- Broad Park Location within Indiana Broad Park Location within the United States
- Coordinates: 39°35′24″N 86°40′09″W﻿ / ﻿39.590076°N 86.669196°W
- Country: United States
- State: Indiana
- County: Putnam
- Township: Jefferson
- Time zone: UTC-5 (Eastern (EST))
- • Summer (DST): UTC-4 (EDT)

= Broad Park, Indiana =

Broad Park was a small unincorporated village in Putnam County, Indiana which was founded in the 1890s and had largely disappeared by at least 1960. It was located about 2.2 miles north of I-70 along S. County Rd. 1000 E.

== Village and post-office ==
The village was surveyed in 1893, and named by Edward V. Ragland.
The name of the village was derived from the names of two local landowners, J. C. Broadstreet and Hugh Parker.

A post office named Broadpark was established at Broad Park in 1892, and remained in operation until it was discontinued in 1903. The population was 21 in 1920.

According to a 1962 newspaper report, Broad Park at its zenith had "about 10 houses, a blacksmith shop, two-room schoolhouse, sawmill, barbershop, general store and an establishment dealing in buggies and farm implements." But by 1962, only two houses remained at the site, with a garage was operating in the former blacksmith shop. A 1966 county history states that while Broad Park "still remains on the map", "all that is there today is a machine shop and a few other buildings".

== Namer ==
Edward V. Ragland was a teacher in Morgan and Putnam counties who had retired from teaching in 1891 to running a general merchandising business in the eastern part of Putnam.
Born on February 27, 1863, in Marion Township, Hendricks County, he had moved with his parents in 1868 to Illinois for 9 years, thereafter had returned to Morgan County and lived on his parents farm until going to Indiana State Normal at Terre Haute and then had taught for 9 years.

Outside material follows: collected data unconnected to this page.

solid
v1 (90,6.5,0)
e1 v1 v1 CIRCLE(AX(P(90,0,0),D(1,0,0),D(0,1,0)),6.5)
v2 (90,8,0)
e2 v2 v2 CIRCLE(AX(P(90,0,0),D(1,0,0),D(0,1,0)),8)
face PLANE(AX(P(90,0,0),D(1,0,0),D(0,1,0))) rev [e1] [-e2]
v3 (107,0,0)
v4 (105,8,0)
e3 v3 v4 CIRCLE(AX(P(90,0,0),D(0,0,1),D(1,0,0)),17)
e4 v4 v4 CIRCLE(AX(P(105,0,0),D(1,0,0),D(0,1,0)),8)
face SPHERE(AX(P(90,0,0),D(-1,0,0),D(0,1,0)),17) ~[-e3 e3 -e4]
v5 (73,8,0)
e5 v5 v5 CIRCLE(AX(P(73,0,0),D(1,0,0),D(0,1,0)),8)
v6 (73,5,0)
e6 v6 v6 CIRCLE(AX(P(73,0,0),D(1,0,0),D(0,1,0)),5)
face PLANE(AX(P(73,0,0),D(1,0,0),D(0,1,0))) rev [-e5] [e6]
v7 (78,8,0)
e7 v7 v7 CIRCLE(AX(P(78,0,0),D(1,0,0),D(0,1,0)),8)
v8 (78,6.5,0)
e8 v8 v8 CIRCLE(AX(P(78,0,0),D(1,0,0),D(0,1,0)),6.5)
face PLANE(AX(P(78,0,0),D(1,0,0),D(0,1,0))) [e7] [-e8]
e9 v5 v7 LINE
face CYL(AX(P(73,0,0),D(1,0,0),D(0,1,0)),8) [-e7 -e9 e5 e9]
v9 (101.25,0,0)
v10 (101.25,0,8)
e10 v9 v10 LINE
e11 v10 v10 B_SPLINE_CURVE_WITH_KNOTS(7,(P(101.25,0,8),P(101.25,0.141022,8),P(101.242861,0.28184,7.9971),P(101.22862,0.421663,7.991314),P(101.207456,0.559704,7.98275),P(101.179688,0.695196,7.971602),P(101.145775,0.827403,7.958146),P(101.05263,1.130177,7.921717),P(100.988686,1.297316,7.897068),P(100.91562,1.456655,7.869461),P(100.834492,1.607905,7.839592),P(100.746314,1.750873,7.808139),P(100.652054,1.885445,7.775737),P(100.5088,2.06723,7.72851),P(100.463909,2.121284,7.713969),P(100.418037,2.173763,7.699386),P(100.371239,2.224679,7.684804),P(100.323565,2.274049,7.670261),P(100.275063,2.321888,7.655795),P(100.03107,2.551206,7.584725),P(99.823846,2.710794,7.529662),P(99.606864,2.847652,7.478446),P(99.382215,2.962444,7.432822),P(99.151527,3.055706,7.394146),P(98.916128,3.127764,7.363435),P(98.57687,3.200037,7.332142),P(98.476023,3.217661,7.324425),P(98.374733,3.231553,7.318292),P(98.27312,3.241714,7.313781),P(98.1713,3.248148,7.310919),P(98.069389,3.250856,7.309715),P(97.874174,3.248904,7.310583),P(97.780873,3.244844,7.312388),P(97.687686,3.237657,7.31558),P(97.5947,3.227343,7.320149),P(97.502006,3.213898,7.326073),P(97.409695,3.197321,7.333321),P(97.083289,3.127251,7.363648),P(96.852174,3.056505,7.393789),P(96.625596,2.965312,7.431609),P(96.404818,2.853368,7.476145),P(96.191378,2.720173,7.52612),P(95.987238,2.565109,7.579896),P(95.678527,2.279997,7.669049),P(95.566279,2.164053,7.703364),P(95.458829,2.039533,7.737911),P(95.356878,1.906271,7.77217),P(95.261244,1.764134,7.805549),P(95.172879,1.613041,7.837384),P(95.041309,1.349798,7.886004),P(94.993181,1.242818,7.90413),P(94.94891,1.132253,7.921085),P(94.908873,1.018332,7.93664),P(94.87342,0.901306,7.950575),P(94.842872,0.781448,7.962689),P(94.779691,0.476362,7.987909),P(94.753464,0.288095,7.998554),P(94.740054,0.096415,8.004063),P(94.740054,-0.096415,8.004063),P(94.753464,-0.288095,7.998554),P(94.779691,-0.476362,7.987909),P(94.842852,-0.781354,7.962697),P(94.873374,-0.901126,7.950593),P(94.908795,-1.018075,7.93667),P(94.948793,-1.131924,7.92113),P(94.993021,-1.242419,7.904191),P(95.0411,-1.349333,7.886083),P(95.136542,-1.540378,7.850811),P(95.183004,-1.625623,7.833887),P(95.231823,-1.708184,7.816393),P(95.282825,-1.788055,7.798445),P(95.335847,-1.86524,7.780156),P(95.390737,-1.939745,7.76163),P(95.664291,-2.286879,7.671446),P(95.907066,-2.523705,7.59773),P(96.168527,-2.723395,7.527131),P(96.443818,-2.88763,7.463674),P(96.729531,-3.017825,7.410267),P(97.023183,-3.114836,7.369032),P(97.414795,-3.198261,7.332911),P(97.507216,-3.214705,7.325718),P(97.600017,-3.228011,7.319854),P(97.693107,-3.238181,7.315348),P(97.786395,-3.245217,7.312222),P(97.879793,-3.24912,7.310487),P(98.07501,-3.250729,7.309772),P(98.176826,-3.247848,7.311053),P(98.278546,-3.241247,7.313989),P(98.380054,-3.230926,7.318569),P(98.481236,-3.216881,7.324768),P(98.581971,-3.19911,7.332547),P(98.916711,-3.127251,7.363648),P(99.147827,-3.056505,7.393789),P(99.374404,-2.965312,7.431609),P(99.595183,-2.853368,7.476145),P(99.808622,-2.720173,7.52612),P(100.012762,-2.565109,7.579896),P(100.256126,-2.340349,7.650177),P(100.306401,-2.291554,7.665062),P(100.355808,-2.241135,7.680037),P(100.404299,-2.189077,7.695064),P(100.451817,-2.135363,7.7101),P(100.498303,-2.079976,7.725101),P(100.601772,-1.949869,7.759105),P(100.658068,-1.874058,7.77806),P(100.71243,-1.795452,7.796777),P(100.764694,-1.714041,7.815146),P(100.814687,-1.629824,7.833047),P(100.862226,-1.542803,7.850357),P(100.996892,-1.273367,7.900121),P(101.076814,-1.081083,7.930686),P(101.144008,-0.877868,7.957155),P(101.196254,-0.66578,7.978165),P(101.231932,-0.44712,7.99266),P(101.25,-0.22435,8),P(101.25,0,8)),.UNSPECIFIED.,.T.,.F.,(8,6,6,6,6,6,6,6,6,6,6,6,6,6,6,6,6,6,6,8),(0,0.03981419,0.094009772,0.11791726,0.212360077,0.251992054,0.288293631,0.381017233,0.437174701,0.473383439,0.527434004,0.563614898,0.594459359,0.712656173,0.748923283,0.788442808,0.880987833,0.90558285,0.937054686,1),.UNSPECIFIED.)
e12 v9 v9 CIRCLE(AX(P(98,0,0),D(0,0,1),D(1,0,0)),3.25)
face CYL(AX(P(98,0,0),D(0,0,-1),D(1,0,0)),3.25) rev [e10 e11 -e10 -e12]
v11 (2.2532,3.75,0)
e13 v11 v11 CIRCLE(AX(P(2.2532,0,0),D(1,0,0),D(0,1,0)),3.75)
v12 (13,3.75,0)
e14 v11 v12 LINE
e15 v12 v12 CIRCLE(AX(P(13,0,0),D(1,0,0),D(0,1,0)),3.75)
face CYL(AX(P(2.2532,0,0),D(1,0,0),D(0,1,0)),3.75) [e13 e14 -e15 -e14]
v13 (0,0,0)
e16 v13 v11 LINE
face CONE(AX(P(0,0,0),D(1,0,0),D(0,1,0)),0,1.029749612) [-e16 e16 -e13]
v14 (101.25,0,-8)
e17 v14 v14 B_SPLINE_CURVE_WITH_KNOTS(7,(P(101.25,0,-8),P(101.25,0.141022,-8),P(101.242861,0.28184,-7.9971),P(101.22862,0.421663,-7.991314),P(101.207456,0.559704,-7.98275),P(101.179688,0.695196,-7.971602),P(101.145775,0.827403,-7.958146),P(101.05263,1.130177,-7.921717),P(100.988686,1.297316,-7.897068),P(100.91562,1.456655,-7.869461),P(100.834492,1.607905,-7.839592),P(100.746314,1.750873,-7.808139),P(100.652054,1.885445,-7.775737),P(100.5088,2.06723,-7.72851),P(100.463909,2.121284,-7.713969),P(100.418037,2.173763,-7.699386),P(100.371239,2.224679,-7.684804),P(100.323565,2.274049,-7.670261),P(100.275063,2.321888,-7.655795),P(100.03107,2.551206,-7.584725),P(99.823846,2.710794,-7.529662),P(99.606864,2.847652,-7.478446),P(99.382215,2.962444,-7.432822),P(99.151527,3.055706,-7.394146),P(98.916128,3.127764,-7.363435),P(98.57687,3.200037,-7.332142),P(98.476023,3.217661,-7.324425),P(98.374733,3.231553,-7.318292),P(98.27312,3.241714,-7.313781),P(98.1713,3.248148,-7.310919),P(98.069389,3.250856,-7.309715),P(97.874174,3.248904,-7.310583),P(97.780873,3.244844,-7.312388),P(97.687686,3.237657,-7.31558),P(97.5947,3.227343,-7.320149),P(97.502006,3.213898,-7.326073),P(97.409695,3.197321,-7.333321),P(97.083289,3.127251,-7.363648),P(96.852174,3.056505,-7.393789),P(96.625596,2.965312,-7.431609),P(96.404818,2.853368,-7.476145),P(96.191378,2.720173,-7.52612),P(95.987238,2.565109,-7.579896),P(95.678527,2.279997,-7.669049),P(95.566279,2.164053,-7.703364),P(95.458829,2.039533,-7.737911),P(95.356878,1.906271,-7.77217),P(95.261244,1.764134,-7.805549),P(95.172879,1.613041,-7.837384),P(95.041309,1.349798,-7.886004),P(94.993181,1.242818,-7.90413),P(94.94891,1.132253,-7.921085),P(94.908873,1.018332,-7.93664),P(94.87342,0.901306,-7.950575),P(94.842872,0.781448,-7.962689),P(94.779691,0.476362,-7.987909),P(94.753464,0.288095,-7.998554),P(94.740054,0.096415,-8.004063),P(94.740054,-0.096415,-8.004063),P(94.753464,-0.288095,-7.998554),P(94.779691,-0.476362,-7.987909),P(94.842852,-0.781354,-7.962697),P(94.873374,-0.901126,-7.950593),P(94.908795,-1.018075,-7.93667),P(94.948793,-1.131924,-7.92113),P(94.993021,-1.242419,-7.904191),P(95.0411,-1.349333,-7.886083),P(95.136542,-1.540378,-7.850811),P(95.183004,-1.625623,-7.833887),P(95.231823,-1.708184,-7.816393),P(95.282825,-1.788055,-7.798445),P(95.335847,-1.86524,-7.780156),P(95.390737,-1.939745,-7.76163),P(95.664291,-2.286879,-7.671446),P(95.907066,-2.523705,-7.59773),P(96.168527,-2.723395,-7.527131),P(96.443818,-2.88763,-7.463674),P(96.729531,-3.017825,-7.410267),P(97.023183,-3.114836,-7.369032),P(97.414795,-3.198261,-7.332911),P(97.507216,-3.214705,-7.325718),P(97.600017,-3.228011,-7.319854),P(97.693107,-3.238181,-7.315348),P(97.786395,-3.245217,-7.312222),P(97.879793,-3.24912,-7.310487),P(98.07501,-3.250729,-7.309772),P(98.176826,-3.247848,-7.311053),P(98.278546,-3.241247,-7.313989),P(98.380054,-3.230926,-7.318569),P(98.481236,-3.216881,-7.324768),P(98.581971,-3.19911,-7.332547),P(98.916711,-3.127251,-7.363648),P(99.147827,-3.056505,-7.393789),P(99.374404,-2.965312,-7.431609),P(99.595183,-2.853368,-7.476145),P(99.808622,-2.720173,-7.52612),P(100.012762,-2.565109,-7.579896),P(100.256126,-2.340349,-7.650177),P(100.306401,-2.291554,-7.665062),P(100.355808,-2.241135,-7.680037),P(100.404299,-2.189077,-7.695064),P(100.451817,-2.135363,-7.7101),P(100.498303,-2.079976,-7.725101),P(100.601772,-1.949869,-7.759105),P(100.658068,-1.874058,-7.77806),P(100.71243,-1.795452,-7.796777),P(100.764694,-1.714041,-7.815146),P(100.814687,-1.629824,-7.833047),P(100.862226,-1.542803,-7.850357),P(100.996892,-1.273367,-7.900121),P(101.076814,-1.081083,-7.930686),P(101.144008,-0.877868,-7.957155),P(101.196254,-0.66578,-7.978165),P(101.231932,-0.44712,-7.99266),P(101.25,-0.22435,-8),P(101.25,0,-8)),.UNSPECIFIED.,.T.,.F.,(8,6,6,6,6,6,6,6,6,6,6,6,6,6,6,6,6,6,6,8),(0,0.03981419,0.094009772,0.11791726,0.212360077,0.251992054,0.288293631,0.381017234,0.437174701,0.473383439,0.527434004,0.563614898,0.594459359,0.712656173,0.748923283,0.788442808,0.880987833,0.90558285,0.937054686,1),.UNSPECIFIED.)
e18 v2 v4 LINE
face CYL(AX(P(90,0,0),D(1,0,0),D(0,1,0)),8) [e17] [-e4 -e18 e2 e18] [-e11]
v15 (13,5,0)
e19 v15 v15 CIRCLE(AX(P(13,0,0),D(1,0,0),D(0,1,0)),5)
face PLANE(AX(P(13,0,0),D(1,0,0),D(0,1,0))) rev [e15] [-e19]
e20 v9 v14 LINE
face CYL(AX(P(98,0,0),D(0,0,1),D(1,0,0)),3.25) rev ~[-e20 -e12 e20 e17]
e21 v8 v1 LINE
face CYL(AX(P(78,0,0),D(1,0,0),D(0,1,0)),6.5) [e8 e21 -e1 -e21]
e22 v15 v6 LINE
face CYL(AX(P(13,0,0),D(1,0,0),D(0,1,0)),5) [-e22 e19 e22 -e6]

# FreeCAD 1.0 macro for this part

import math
import FreeCAD as App
import Part
import Sketcher

V = App.Vector
Q = App.Units.Quantity

doc = App.newDocument("Part")
body = doc.addObject("PartDesign::Body", "Body")

# Sketch on XY plane
sketch1 = body.newObject("Sketcher::SketchObject", "Sketch")
sketch1.AttachmentSupport = (doc.getObject("XY_Plane"), [""])
sketch1.MapMode = "FlatFace"
sketch1.addGeometry([
    Part.LineSegment(V(2.3, 3.8, 0), V(0, 0, 0)),  # 0
    Part.LineSegment(V(0, 0, 0), V(107, 0, 0)),  # 1
    Part.ArcOfCircle(Part.Circle(V(90, 0, 0), V(0, 0, 1), 17), math.radians(0), math.radians(28)),  # 2
    Part.LineSegment(V(105, 8, 0), V(90, 8, 0)),  # 3
    Part.LineSegment(V(90, 8, 0), V(90, 6.5, 0)),  # 4
    Part.LineSegment(V(90, 6.5, 0), V(78, 6.5, 0)),  # 5
    Part.LineSegment(V(78, 6.5, 0), V(78, 8, 0)),  # 6
    Part.LineSegment(V(78, 8, 0), V(73, 8, 0)),  # 7
    Part.LineSegment(V(73, 8, 0), V(73, 5, 0)),  # 8
    Part.LineSegment(V(73, 5, 0), V(13, 5, 0)),  # 9
    Part.LineSegment(V(13, 5, 0), V(13, 3.8, 0)),  # 10
    Part.LineSegment(V(13, 3.8, 0), V(2.3, 3.8, 0)),  # 11
], False)
sketch1.addConstraint([
    Sketcher.Constraint("Coincident", 0, 2, 1, 1),
    Sketcher.Constraint("Coincident", 1, 2, 2, 1),
    Sketcher.Constraint("Coincident", 2, 2, 3, 1),
    Sketcher.Constraint("Coincident", 3, 2, 4, 1),
    Sketcher.Constraint("Coincident", 4, 2, 5, 1),
    Sketcher.Constraint("Coincident", 5, 2, 6, 1),
    Sketcher.Constraint("Coincident", 6, 2, 7, 1),
    Sketcher.Constraint("Coincident", 7, 2, 8, 1),
    Sketcher.Constraint("Coincident", 8, 2, 9, 1),
    Sketcher.Constraint("Coincident", 9, 2, 10, 1),
    Sketcher.Constraint("Coincident", 10, 2, 11, 1),
    Sketcher.Constraint("Coincident", 11, 2, 0, 1),
    Sketcher.Constraint("Horizontal", 1),
    Sketcher.Constraint("Horizontal", 3),
    Sketcher.Constraint("Vertical", 4),
    Sketcher.Constraint("Horizontal", 5),
    Sketcher.Constraint("Vertical", 6),
    Sketcher.Constraint("Horizontal", 7),
    Sketcher.Constraint("Vertical", 8),
    Sketcher.Constraint("Horizontal", 9),
    Sketcher.Constraint("Vertical", 10),
    Sketcher.Constraint("Horizontal", 11),
    Sketcher.Constraint("Coincident", 0, 2, -1, 1),
    Sketcher.Constraint("PointOnObject", 2, 3, -1),
    Sketcher.Constraint("Horizontal", 3, 2, 6, 2),
    Sketcher.Constraint("Vertical", 2, 3, 3, 2),
    Sketcher.Constraint("Radius", 2, Q("17 mm")),
    Sketcher.Constraint("DistanceX", 1, 1, 1, 2, Q("107 mm")),
    Sketcher.Constraint("DistanceX", 3, 2, 3, 1, Q("15 mm")),
    Sketcher.Constraint("DistanceX", 5, 2, 5, 1, Q("12 mm")),
    Sketcher.Constraint("DistanceX", 7, 2, 7, 1, Q("5 mm")),
    Sketcher.Constraint("DistanceY", 8, 2, 8, 1, Q("3 mm")),
    Sketcher.Constraint("DistanceY", 4, 2, 4, 1, Q("1.5 mm")),
    Sketcher.Constraint("DistanceX", -1, 1, 9, 2, Q("13 mm")),
    Sketcher.Constraint("DistanceY", 10, 2, 10, 1, Q("1.25 mm")),
    Sketcher.Constraint("Angle", 0, Q("-120.9997 deg")),
])
revolution = body.newObject("PartDesign::Revolution", "Revolution")
revolution.Profile = sketch1
revolution.ReferenceAxis = (sketch1, ["H_Axis"])
revolution.Angle = 360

Ragland dissolved his business partnership in Putnam after two years and moved back to Morgan County again, staying for 5 years, for 3 of which he was a postmaster. He sold up again in 1899, spent a year selling livestock in Martinsville, spent 3 1/2 years in Franklin Township, Hendricks County as a farmer, and moved to Danville in 1904.

== Eponymous landowners ==
The eponymous landowners were based in Mill Creek Township (later to become Jefferson Township).

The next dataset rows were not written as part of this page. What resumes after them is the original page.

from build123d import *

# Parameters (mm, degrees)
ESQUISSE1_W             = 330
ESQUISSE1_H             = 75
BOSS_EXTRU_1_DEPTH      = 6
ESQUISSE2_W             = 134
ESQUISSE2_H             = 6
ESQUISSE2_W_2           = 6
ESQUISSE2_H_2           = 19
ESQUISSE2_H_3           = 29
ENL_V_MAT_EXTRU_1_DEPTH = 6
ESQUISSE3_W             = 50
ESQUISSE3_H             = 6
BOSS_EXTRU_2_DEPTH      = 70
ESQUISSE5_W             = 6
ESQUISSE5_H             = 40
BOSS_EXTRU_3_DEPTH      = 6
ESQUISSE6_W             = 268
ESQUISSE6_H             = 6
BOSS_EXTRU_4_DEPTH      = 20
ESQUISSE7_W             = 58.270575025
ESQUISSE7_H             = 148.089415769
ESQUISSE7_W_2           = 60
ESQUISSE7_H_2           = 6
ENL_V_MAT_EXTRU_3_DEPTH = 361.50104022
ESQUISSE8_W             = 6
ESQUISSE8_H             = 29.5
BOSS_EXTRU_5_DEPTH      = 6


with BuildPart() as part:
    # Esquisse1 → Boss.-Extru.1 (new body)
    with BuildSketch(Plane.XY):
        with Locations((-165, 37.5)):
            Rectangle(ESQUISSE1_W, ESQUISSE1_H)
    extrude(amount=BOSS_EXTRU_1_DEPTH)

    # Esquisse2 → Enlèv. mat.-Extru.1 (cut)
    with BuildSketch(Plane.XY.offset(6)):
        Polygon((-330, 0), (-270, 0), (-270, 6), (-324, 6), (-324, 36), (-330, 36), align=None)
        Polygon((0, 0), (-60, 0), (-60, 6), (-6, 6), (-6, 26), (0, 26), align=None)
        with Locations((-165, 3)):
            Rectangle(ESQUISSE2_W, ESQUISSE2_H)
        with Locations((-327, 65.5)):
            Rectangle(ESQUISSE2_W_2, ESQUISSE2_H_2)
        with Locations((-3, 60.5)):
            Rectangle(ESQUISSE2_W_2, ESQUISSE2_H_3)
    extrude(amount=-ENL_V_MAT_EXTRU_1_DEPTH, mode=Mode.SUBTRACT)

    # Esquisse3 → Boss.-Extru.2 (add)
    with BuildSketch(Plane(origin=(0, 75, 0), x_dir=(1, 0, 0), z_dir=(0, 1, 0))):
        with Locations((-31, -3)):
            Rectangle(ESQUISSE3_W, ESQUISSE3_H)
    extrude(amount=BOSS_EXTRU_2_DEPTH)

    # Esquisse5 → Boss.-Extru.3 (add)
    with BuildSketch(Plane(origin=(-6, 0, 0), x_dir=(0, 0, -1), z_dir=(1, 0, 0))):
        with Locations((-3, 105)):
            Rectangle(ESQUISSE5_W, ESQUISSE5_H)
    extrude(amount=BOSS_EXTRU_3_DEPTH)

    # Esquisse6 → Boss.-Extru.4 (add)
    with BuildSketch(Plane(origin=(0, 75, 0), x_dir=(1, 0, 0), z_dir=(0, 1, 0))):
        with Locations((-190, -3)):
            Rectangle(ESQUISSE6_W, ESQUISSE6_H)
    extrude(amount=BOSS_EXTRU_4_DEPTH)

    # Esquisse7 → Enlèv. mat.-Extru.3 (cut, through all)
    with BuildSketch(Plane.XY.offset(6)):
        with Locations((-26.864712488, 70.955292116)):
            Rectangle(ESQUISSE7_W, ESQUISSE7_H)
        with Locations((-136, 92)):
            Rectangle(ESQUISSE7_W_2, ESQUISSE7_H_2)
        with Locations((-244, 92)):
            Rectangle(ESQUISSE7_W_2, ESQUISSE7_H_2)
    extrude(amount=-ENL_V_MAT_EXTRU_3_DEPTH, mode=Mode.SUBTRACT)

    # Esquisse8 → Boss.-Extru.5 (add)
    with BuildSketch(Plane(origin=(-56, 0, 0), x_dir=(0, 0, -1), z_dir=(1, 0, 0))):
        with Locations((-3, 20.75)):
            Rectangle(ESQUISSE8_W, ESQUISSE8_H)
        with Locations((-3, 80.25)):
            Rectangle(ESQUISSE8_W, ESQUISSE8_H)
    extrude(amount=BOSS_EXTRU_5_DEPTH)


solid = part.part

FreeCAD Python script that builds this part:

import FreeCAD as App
import Part
import Sketcher

V = App.Vector

doc = App.newDocument("Part")
body = doc.addObject("PartDesign::Body", "Body")

# Sketch on XY plane
sketch1 = body.newObject("Sketcher::SketchObject", "Sketch")
sketch1.AttachmentSupport = (doc.getObject("XY_Plane"), [""])
sketch1.MapMode = "FlatFace"
sketch1.addGeometry(Part.LineSegment(V(-330, 75, 0), V(-330, 0, 0)), False)
sketch1.addGeometry(Part.LineSegment(V(-330, 0, 0), V(0, 0, 0)), False)
sketch1.addGeometry(Part.LineSegment(V(0, 0, 0), V(0, 75, 0)), False)
sketch1.addGeometry(Part.LineSegment(V(0, 75, 0), V(-330, 75, 0)), False)
sketch1.addConstraint(Sketcher.Constraint("Coincident", 0, 2, 1, 1))
sketch1.addConstraint(Sketcher.Constraint("Coincident", 1, 2, 2, 1))
sketch1.addConstraint(Sketcher.Constraint("Coincident", 2, 2, 3, 1))
sketch1.addConstraint(Sketcher.Constraint("Coincident", 3, 2, 0, 1))
sketch1.addConstraint(Sketcher.Constraint("Vertical", 0))
sketch1.addConstraint(Sketcher.Constraint("Horizontal", 1))
sketch1.addConstraint(Sketcher.Constraint("Vertical", 2))
sketch1.addConstraint(Sketcher.Constraint("Horizontal", 3))
sketch1.addConstraint(Sketcher.Constraint("Coincident", 1, 2, -1, 1))
sketch1.addConstraint(Sketcher.Constraint("DistanceX", 1, 1, 1, 2, 330.0))
sketch1.addConstraint(Sketcher.Constraint("DistanceY", 0, 2, 0, 1, 75.0))
pad1 = body.newObject("PartDesign::Pad", "Pad")
pad1.Profile = sketch1
pad1.Length = 6

# Sketch on XY plane
sketch2 = body.newObject("Sketcher::SketchObject", "Sketch001")
sketch2.AttachmentSupport = (doc.getObject("XY_Plane"), [""])
sketch2.MapMode = "FlatFace"
sketch2.AttachmentOffset = App.Placement(V(0, 0, 6), App.Rotation())
sketch2.addGeometry(Part.LineSegment(V(-330, 0, 0), V(-270, 0, 0)), False)
sketch2.addGeometry(Part.LineSegment(V(-270, 0, 0), V(-270, 6, 0)), False)
sketch2.addGeometry(Part.LineSegment(V(-270, 6, 0), V(-324, 6, 0)), False)
sketch2.addGeometry(Part.LineSegment(V(-324, 6, 0), V(-324, 36, 0)), False)
sketch2.addGeometry(Part.LineSegment(V(-324, 36, 0), V(-330, 36, 0)), False)
sketch2.addGeometry(Part.LineSegment(V(-330, 36, 0), V(-330, 0, 0)), False)
sketch2.addGeometry(Part.LineSegment(V(-60, 0, 0), V(0, 0, 0)), False)
sketch2.addGeometry(Part.LineSegment(V(0, 0, 0), V(0, 26, 0)), False)
sketch2.addGeometry(Part.LineSegment(V(0, 26, 0), V(-6, 26, 0)), False)
sketch2.addGeometry(Part.LineSegment(V(-6, 26, 0), V(-6, 6, 0)), False)
sketch2.addGeometry(Part.LineSegment(V(-6, 6, 0), V(-60, 6, 0)), False)
sketch2.addGeometry(Part.LineSegment(V(-60, 6, 0), V(-60, 0, 0)), False)
sketch2.addGeometry(Part.LineSegment(V(-232, 6, 0), V(-232, 0, 0)), False)
sketch2.addGeometry(Part.LineSegment(V(-232, 0, 0), V(-98, 0, 0)), False)
sketch2.addGeometry(Part.LineSegment(V(-98, 0, 0), V(-98, 6, 0)), False)
sketch2.addGeometry(Part.LineSegment(V(-98, 6, 0), V(-232, 6, 0)), False)
sketch2.addGeometry(Part.LineSegment(V(-330, 75, 0), V(-330, 56, 0)), False)
sketch2.addGeometry(Part.LineSegment(V(-330, 56, 0), V(-324, 56, 0)), False)
sketch2.addGeometry(Part.LineSegment(V(-324, 56, 0), V(-324, 75, 0)), False)
sketch2.addGeometry(Part.LineSegment(V(-324, 75, 0), V(-330, 75, 0)), False)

=== John C. Broadstreet ===
John C. Broadstreet was a farmer in Mill Creek Township, born on March 3, 1859, in Putnam County.
He owned a 108 acre farm.
His parents were James and Melvina A. Broadstreet, and he and his brother Quinton were the grandsons of Thomas Broadstreet, the first settler in Washington Township, Washington County who had settled 1 mile from the western edge of the Township.
James, their father, was born in Putnam County after the grandfather moved there in 1825.
Grandafather and father were both Missionary Baptists and farmers.

Quinton was a schoolteacher for 4 years, farmed a 450 acre farm, and was a Mill Creek Township trustee.
In 1888 he went into the real estate, loan, and insurance business.

=== Hugh Parker ===
Hugh H. Parker was a farmer in Mill Creek Township, born on August 26, 1852, in Putnam County.
He owned a 230 acre farm on section 17 of the Township by 1887, and later also owned 570 acre in section 8, extending across into Morgan County.
Hugh's father and paternal grandparents, of English extraction, had come to Putnam in 1827.

William Parker, his paternal grandfather, had been the third settler in Mill Creek, with an 80 acre farm on section 17.
William Henley Parker, his father, had been the first merchant in Mill Creek, running a store and a post-office on the family farm in partnership with his cousin Joel Wright.
His maternal side was of German extraction.

Hugh's elder brother Benjamin A. Parker had a farm near to where Broad Park would later be, until 1874.
His son Grover Cleveland Parker lived 0.5 mile to the east of Broad Park.

Hugh Parker was connected to John Broadstreet through his February 28, 1875 marriage to Sarilda Wood, daughter of Elisha Wood.
Elisha Wood in turn had married Rhoda Broadstreet, the daughter of Thomas Broadstreet, John's grandfather, on 1840-06-01.